Inside, however, she was living a dramatic spiritual adventure centering on frequent, sometimes daily, appearances of Jesus, Mary and saints. Jesus spoke to her about all manner of things (once reassuring her that she would have a single room when she had to go to the hospital), but the focal point was always mercy — God’s desire to give it, humanity’s need for it, and the methods by which it could be obtained.
Although Faustina’s diary is the only mystical text composed in Polish, it might have ended up in the ashbin of history had it not been for Karol Wojtyla, later to become Pope John Paul II.
In 1959, the Holy Office (the Vatican’s doctrinal agency, today known as the Congregation for Doctrine of the Faith) issued a cease and desist order against Faustina’s diary and the devotion to Divine Mercy, a ban that was to last almost 20 years, until 1978. Wojtyla had long been working to reverse the verdict, having launched the beatification process for Faustina in 1965 while he was archbishop of Kraków.

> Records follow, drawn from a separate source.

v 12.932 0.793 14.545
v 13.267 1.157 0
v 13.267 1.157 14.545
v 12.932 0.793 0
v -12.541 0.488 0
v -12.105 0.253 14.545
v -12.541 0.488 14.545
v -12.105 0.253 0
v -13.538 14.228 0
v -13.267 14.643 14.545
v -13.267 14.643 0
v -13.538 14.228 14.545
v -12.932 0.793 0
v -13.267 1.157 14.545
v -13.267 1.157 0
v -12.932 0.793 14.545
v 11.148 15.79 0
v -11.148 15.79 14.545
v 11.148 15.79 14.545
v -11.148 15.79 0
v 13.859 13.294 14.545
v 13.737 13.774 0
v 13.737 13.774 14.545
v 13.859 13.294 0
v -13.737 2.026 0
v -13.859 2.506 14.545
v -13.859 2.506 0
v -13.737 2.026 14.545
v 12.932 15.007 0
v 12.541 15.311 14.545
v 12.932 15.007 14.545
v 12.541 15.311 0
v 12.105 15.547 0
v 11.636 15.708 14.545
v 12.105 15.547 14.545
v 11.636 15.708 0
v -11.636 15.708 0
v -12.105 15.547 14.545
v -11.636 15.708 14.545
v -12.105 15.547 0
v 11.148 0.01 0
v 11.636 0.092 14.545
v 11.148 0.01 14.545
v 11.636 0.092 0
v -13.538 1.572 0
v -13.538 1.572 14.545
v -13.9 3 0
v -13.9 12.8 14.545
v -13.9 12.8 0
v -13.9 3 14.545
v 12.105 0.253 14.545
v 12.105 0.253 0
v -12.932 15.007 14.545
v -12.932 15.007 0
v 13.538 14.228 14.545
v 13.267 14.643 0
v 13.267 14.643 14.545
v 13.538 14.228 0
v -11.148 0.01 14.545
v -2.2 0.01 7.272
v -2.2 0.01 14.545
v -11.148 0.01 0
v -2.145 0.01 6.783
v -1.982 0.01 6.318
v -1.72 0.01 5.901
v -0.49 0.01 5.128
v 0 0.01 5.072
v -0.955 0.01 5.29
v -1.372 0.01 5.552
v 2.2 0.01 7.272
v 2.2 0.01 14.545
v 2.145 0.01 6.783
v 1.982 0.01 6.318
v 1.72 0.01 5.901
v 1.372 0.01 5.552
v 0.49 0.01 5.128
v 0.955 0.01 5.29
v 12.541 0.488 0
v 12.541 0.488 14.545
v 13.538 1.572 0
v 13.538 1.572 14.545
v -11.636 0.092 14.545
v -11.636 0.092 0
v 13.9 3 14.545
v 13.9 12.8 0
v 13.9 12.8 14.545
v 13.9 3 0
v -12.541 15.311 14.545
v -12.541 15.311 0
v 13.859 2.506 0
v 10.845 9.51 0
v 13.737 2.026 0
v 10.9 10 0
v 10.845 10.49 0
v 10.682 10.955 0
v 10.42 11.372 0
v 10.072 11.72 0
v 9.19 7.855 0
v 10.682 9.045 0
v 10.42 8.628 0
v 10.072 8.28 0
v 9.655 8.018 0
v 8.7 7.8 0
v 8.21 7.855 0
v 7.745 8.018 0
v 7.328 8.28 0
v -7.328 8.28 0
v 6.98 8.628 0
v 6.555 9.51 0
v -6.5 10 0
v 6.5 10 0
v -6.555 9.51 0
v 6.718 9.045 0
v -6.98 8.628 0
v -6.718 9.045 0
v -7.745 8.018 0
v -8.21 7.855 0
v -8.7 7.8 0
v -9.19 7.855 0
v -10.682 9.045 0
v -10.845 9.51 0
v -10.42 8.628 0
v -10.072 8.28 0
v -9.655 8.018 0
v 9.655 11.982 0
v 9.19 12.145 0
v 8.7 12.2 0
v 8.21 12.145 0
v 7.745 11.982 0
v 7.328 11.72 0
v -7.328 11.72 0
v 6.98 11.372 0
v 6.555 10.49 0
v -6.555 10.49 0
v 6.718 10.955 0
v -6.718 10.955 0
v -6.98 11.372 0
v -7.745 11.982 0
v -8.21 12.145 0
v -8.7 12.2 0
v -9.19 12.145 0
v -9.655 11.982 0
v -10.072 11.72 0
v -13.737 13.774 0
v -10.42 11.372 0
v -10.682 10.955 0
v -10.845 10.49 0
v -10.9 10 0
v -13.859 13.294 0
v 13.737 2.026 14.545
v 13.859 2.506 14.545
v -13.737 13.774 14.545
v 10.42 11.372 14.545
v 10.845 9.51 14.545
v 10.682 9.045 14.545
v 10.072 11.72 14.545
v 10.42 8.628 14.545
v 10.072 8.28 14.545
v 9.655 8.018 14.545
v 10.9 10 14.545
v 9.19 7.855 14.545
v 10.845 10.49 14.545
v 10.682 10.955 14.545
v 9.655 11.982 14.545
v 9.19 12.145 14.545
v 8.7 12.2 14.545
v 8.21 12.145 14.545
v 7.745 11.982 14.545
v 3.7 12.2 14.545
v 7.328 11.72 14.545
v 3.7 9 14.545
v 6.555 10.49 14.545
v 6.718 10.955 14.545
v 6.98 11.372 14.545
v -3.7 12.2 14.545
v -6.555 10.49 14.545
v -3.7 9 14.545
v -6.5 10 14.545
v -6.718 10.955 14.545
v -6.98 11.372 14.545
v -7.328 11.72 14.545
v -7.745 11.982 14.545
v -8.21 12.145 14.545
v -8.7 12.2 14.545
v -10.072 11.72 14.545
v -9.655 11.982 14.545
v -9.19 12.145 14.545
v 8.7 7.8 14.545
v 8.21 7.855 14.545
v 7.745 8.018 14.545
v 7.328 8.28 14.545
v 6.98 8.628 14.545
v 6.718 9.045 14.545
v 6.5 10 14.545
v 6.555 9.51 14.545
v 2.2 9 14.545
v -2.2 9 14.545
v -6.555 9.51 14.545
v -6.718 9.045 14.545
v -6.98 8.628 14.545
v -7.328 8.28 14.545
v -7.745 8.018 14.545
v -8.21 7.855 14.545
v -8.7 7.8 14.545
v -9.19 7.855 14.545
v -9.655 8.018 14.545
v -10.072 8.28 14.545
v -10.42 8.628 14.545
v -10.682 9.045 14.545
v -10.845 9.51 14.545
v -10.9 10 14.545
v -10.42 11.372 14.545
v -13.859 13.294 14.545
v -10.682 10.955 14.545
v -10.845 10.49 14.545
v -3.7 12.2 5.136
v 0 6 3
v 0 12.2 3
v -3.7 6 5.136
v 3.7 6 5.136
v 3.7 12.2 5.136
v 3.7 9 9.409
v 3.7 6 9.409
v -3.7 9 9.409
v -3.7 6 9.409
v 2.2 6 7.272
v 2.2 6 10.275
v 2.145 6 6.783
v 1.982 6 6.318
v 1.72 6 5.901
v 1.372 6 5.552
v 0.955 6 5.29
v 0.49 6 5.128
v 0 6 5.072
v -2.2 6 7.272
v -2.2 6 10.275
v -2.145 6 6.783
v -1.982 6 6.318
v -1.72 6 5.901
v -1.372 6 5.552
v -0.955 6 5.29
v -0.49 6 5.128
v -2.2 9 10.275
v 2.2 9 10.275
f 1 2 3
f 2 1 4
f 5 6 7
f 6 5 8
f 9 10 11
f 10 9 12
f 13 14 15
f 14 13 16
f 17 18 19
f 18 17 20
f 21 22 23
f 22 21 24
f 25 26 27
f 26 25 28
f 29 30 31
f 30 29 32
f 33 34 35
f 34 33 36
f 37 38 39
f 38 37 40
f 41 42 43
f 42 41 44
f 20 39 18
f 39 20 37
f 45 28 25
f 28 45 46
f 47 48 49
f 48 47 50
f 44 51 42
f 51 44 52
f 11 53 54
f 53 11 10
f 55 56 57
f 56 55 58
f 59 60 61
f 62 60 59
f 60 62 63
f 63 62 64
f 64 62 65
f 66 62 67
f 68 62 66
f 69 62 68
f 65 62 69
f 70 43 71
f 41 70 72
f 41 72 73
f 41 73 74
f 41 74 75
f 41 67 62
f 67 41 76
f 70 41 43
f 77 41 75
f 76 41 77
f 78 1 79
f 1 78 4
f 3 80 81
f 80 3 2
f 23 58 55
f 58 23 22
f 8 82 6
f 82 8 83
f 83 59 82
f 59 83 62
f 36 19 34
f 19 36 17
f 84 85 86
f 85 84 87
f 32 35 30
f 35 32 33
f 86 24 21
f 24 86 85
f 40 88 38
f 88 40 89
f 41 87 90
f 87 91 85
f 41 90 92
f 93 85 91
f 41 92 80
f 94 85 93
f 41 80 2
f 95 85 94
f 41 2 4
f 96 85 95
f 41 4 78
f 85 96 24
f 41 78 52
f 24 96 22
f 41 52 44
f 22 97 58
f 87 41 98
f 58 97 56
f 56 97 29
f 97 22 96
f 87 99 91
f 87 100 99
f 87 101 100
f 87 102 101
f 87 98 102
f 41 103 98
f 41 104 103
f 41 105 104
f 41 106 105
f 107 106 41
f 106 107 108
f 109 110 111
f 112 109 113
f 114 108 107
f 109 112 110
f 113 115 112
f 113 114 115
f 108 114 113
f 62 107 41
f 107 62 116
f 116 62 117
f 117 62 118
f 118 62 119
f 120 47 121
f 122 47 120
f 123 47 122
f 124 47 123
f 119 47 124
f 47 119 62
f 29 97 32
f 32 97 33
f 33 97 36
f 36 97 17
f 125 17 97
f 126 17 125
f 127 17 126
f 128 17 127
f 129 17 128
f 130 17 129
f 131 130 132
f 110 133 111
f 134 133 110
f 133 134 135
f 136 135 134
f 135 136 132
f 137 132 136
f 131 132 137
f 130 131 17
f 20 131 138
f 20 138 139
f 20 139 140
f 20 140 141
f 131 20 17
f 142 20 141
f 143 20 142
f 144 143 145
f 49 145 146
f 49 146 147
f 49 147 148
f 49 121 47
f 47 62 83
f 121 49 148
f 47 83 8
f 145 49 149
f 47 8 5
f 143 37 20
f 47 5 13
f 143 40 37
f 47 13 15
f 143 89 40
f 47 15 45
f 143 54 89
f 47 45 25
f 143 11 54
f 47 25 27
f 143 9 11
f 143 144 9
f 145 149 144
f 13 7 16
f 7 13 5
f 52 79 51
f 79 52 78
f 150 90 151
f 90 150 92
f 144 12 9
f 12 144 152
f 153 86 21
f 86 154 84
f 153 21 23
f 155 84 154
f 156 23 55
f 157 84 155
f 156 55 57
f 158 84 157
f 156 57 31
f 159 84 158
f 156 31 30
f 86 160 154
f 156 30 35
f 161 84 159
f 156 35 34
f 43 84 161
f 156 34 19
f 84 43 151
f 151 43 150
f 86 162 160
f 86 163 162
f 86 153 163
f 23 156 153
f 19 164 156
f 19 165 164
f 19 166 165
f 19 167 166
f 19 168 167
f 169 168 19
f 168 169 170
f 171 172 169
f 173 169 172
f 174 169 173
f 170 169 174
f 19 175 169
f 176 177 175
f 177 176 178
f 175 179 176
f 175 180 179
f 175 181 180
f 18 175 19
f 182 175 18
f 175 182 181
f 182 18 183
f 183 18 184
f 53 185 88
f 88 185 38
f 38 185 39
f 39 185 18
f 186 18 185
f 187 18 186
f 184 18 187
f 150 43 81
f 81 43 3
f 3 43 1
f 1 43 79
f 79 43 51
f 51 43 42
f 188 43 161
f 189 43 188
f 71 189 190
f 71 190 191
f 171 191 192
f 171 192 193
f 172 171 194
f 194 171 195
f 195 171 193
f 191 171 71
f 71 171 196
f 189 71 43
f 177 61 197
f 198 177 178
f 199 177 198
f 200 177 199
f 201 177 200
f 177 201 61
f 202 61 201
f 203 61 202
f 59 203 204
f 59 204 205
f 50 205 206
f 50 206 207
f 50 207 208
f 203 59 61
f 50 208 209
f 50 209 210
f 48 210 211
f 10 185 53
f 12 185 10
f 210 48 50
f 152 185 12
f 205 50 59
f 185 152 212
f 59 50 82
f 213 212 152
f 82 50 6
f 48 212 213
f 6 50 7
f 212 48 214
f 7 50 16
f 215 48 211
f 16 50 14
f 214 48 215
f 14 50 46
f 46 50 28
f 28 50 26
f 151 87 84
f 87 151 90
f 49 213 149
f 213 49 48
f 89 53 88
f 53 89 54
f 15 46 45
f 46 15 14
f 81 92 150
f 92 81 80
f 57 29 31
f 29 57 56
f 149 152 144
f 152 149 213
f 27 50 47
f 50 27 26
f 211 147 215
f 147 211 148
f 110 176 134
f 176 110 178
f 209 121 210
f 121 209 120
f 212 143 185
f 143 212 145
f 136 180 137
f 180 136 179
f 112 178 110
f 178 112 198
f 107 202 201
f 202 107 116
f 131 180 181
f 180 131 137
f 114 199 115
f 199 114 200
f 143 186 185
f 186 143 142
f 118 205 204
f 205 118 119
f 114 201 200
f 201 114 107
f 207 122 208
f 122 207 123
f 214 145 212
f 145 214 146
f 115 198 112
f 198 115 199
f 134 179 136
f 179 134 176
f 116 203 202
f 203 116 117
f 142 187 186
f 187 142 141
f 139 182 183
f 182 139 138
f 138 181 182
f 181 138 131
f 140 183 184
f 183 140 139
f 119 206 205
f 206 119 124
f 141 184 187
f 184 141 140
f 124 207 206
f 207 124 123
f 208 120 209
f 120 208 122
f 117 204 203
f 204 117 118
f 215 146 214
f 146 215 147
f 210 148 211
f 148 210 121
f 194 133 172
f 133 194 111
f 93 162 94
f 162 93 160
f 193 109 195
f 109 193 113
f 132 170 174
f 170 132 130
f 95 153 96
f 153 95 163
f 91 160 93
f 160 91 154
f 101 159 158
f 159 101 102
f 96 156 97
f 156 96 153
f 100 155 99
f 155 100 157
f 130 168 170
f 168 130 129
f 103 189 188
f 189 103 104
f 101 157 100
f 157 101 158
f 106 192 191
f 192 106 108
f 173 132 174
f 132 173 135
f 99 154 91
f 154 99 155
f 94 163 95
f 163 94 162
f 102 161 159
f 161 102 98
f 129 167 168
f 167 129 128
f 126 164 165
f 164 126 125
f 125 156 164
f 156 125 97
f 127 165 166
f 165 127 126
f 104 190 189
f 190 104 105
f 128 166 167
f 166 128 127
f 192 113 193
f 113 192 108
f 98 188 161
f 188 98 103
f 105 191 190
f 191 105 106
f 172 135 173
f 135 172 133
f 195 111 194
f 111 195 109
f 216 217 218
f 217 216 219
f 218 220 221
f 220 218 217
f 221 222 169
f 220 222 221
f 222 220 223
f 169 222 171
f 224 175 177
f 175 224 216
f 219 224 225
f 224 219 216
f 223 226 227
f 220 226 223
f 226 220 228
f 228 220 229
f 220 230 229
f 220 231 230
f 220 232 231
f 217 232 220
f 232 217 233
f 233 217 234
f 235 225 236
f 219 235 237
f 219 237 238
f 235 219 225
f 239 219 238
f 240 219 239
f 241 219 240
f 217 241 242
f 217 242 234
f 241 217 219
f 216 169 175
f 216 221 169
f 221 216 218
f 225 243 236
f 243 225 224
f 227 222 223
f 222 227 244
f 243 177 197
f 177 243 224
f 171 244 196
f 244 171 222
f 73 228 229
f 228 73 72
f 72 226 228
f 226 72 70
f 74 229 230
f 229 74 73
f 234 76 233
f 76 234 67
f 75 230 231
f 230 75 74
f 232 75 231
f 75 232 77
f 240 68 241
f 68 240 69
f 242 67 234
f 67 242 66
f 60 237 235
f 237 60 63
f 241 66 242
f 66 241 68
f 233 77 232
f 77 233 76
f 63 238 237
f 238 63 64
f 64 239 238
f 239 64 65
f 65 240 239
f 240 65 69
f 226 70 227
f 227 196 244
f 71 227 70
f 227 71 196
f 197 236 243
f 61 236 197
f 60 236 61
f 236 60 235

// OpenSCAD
// file: functions.scad
/*******************************************************************

This OpenSCAD code and its rendered 3D model are part of the

	Kühling&Kühling RepRap Industrial 3D Printer


All details, BOM, assembling instructions and latest sources:
	http://kuehlingkuehling.de

Designed and developed by:
	Jonas Kühling <mail@jonaskuehling.de>
	Simon Kühling <mail@simonkuehling.de>

Licensed under:
	Creative Commons Attribution-ShareAlike
	CC BY-SA 3.0
	http://creativecommons.org/licenses/by-sa/3.0/

*******************************************************************/

module teardrop (r=4.5,h=20,alpha=45,teardropcorner=0,fulldrop=0){		// tear drop hole for top-centering
											// use teardropcorner=1 for bottom horizontal corners
	render()
	translate([-h/2,0,0])
		rotate([-270,0+(teardropcorner*180),90])
			difference(){
				linear_extrude(height=h){
					circle(r);
					polygon(points=[[0,0],[r*cos(alpha),r*sin(alpha)],[0,r/sin(alpha)],[-r*cos(alpha),r*sin(alpha)]], paths=[[0,1,2,3]]);
				}
				if(fulldrop==0) 
					translate([0,(r/sin(alpha))/2+r,h/2]) cube([2*r+2,r/sin(alpha),h+2],center=true);
			}
}

//teardrop(4.5,22,fulldrop=true);



module teardropcentering (r=4.5,h=20,alpha=45){				// tear drop hole for top-centering
	centering_offset_factor = 1.1;
	render()
	translate([-h/2,0,0])
		rotate([-270,0,90])
			difference(){
				linear_extrude(height=h){
					circle(r, $fn=24);
					polygon(points=[[0,0],[r*cos(alpha),r*sin(alpha)],[0,r/sin(alpha)],[-r*cos(alpha),r*sin(alpha)]], paths=[[0,1,2,3]]);
				}
				translate([0,(r/sin(alpha))/2+r*centering_offset_factor,h/2]) cube([2*r+2,r/sin(alpha),h+2],center=true);
			}
}

//teardropcentering();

Officially, the 20-year ban is now attributed to misunderstandings created by a faulty Italian translation of the Diary, but in fact there were serious theological reservations — Faustina’s claim that Jesus had promised a complete remission of sin for certain devotional acts that only the sacraments can offer, for example, or what Vatican evaluators felt to be an excessive focus on Faustina herself.
John Paul has pushed no devotion further or faster. His second encyclical, 1980’s Dives in Misericordia, was inspired by Faustina. He beatified her in 1993, and canonized her in April 2000 as the first saint of the third Christian millennium. He approved a special Divine Mercy Mass for the Sunday after Easter in 1994, and celebrated it himself in St. Peter’s Square before a crowd of 200,000 in April 2001. He assigned the Church of the Holy Spirit in Sassia in Rome as a headquarters for the Divine Mercy movement in 1994, and just this month approved a special indulgence for taking part in Divine Mercy Sunday.

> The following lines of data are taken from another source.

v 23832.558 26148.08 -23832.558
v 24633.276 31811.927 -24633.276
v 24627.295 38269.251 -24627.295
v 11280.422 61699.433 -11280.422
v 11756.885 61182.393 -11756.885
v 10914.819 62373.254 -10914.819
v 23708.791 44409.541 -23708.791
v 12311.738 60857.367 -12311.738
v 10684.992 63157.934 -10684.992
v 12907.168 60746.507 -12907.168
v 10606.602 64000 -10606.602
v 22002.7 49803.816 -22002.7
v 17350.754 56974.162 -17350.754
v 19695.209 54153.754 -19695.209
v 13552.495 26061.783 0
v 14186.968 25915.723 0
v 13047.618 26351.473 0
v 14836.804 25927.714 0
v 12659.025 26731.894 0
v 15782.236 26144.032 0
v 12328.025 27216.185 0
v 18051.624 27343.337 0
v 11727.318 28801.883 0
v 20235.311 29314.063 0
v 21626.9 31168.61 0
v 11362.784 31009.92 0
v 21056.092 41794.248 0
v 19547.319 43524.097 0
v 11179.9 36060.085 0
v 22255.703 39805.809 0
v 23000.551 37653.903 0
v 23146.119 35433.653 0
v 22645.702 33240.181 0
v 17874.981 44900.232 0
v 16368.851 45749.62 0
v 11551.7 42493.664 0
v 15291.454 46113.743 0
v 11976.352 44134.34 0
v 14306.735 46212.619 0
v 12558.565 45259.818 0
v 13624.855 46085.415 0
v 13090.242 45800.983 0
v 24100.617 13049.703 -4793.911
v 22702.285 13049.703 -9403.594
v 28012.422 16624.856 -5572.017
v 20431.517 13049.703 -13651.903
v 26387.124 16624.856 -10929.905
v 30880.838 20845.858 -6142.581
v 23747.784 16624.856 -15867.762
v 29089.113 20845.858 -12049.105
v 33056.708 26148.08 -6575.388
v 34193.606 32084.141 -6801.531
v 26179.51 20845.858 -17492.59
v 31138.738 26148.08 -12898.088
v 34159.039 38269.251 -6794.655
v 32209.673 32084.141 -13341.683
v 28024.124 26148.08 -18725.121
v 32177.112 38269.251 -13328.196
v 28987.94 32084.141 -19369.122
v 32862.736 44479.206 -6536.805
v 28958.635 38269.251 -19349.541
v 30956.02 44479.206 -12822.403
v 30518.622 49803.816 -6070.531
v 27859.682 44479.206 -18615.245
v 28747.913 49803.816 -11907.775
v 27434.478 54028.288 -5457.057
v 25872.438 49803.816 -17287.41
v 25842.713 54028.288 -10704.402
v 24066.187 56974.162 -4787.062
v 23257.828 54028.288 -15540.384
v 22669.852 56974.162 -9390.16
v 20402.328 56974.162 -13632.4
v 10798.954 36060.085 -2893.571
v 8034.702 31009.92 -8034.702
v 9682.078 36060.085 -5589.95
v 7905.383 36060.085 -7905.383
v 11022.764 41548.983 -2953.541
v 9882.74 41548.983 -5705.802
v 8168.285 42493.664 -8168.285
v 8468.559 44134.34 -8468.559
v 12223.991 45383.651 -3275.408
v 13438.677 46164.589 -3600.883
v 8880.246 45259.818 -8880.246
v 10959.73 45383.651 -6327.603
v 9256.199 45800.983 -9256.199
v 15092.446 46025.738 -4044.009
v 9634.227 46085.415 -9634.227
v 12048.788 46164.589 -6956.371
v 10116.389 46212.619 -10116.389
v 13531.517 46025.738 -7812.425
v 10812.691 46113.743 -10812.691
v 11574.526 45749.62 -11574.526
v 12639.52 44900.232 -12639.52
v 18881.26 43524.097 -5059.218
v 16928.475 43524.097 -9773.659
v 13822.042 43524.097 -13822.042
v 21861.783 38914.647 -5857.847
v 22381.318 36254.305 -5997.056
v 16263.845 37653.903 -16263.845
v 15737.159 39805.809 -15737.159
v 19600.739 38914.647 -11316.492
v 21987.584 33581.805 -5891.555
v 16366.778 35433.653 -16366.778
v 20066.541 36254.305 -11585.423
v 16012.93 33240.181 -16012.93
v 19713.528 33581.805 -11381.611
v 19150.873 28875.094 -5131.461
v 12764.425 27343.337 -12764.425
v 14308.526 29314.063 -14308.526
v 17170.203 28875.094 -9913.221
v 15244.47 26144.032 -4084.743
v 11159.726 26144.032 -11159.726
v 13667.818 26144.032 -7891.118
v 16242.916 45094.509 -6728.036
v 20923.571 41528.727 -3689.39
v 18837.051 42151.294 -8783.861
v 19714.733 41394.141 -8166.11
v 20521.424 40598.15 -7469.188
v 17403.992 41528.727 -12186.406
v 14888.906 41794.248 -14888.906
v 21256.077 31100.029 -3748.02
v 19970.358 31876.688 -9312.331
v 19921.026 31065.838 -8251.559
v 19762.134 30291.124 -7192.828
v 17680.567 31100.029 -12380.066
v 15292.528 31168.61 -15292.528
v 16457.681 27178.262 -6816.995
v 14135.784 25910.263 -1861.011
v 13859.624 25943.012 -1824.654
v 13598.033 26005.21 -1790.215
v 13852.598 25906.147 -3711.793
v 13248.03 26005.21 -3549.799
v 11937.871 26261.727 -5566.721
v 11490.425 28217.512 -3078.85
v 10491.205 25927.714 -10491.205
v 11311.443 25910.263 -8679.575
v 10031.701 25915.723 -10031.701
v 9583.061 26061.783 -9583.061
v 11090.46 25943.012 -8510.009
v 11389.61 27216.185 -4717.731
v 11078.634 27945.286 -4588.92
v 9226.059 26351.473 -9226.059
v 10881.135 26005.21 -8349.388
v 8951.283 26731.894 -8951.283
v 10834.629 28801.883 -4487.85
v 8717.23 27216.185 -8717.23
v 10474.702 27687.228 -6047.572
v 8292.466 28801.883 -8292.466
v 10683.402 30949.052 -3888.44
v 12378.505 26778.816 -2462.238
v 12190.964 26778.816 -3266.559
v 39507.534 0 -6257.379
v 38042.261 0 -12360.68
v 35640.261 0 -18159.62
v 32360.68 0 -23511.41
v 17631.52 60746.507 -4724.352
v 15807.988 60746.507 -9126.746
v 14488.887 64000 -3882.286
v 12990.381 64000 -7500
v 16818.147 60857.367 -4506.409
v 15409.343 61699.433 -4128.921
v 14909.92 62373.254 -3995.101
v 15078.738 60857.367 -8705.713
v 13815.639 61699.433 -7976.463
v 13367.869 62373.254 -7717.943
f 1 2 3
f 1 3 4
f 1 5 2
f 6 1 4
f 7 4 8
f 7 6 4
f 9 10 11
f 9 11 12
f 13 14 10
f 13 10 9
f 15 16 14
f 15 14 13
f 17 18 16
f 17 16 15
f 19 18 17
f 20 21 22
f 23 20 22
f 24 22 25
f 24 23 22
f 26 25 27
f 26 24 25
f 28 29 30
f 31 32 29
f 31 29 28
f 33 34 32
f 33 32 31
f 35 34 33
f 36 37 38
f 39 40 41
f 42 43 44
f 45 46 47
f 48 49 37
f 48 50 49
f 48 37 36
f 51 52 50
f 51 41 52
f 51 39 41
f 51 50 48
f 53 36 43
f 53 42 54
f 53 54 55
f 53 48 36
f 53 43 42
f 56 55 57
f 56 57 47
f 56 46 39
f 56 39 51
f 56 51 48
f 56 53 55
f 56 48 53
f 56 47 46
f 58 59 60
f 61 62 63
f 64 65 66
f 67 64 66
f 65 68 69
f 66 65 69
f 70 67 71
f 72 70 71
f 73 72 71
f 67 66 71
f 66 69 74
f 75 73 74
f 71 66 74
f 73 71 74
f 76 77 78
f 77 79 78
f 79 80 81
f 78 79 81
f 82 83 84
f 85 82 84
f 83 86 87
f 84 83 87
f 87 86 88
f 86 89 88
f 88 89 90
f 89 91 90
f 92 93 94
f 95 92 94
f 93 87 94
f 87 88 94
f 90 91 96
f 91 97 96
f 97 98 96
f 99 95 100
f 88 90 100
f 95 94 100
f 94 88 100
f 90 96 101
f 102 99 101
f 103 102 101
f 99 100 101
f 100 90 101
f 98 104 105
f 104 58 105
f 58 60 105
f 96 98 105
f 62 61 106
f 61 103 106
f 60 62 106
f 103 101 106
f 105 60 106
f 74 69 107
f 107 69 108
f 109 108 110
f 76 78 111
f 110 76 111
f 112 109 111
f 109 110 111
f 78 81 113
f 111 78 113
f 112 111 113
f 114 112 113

Some critics say the content of Faustina’s message of divine mercy is unoriginal, even banal. But Cardinal Franciszek Macharski, John Paul’s successor as archbishop of Kraków, said in response to an NCR question Aug. 18 that Faustina “reminds us of the gospel we had forgotten.”
Macharski added that Vatican disapproval was never “absolutely negative,” but merely a “warning” to use caution. He said it was Cardinal Alfredo Ottaviani, head of the Holy Office, who gave a green light for a sainthood investigation in the 1960s so testimony could be collected while witnesses were still alive. He did so despite his own office’s doubts.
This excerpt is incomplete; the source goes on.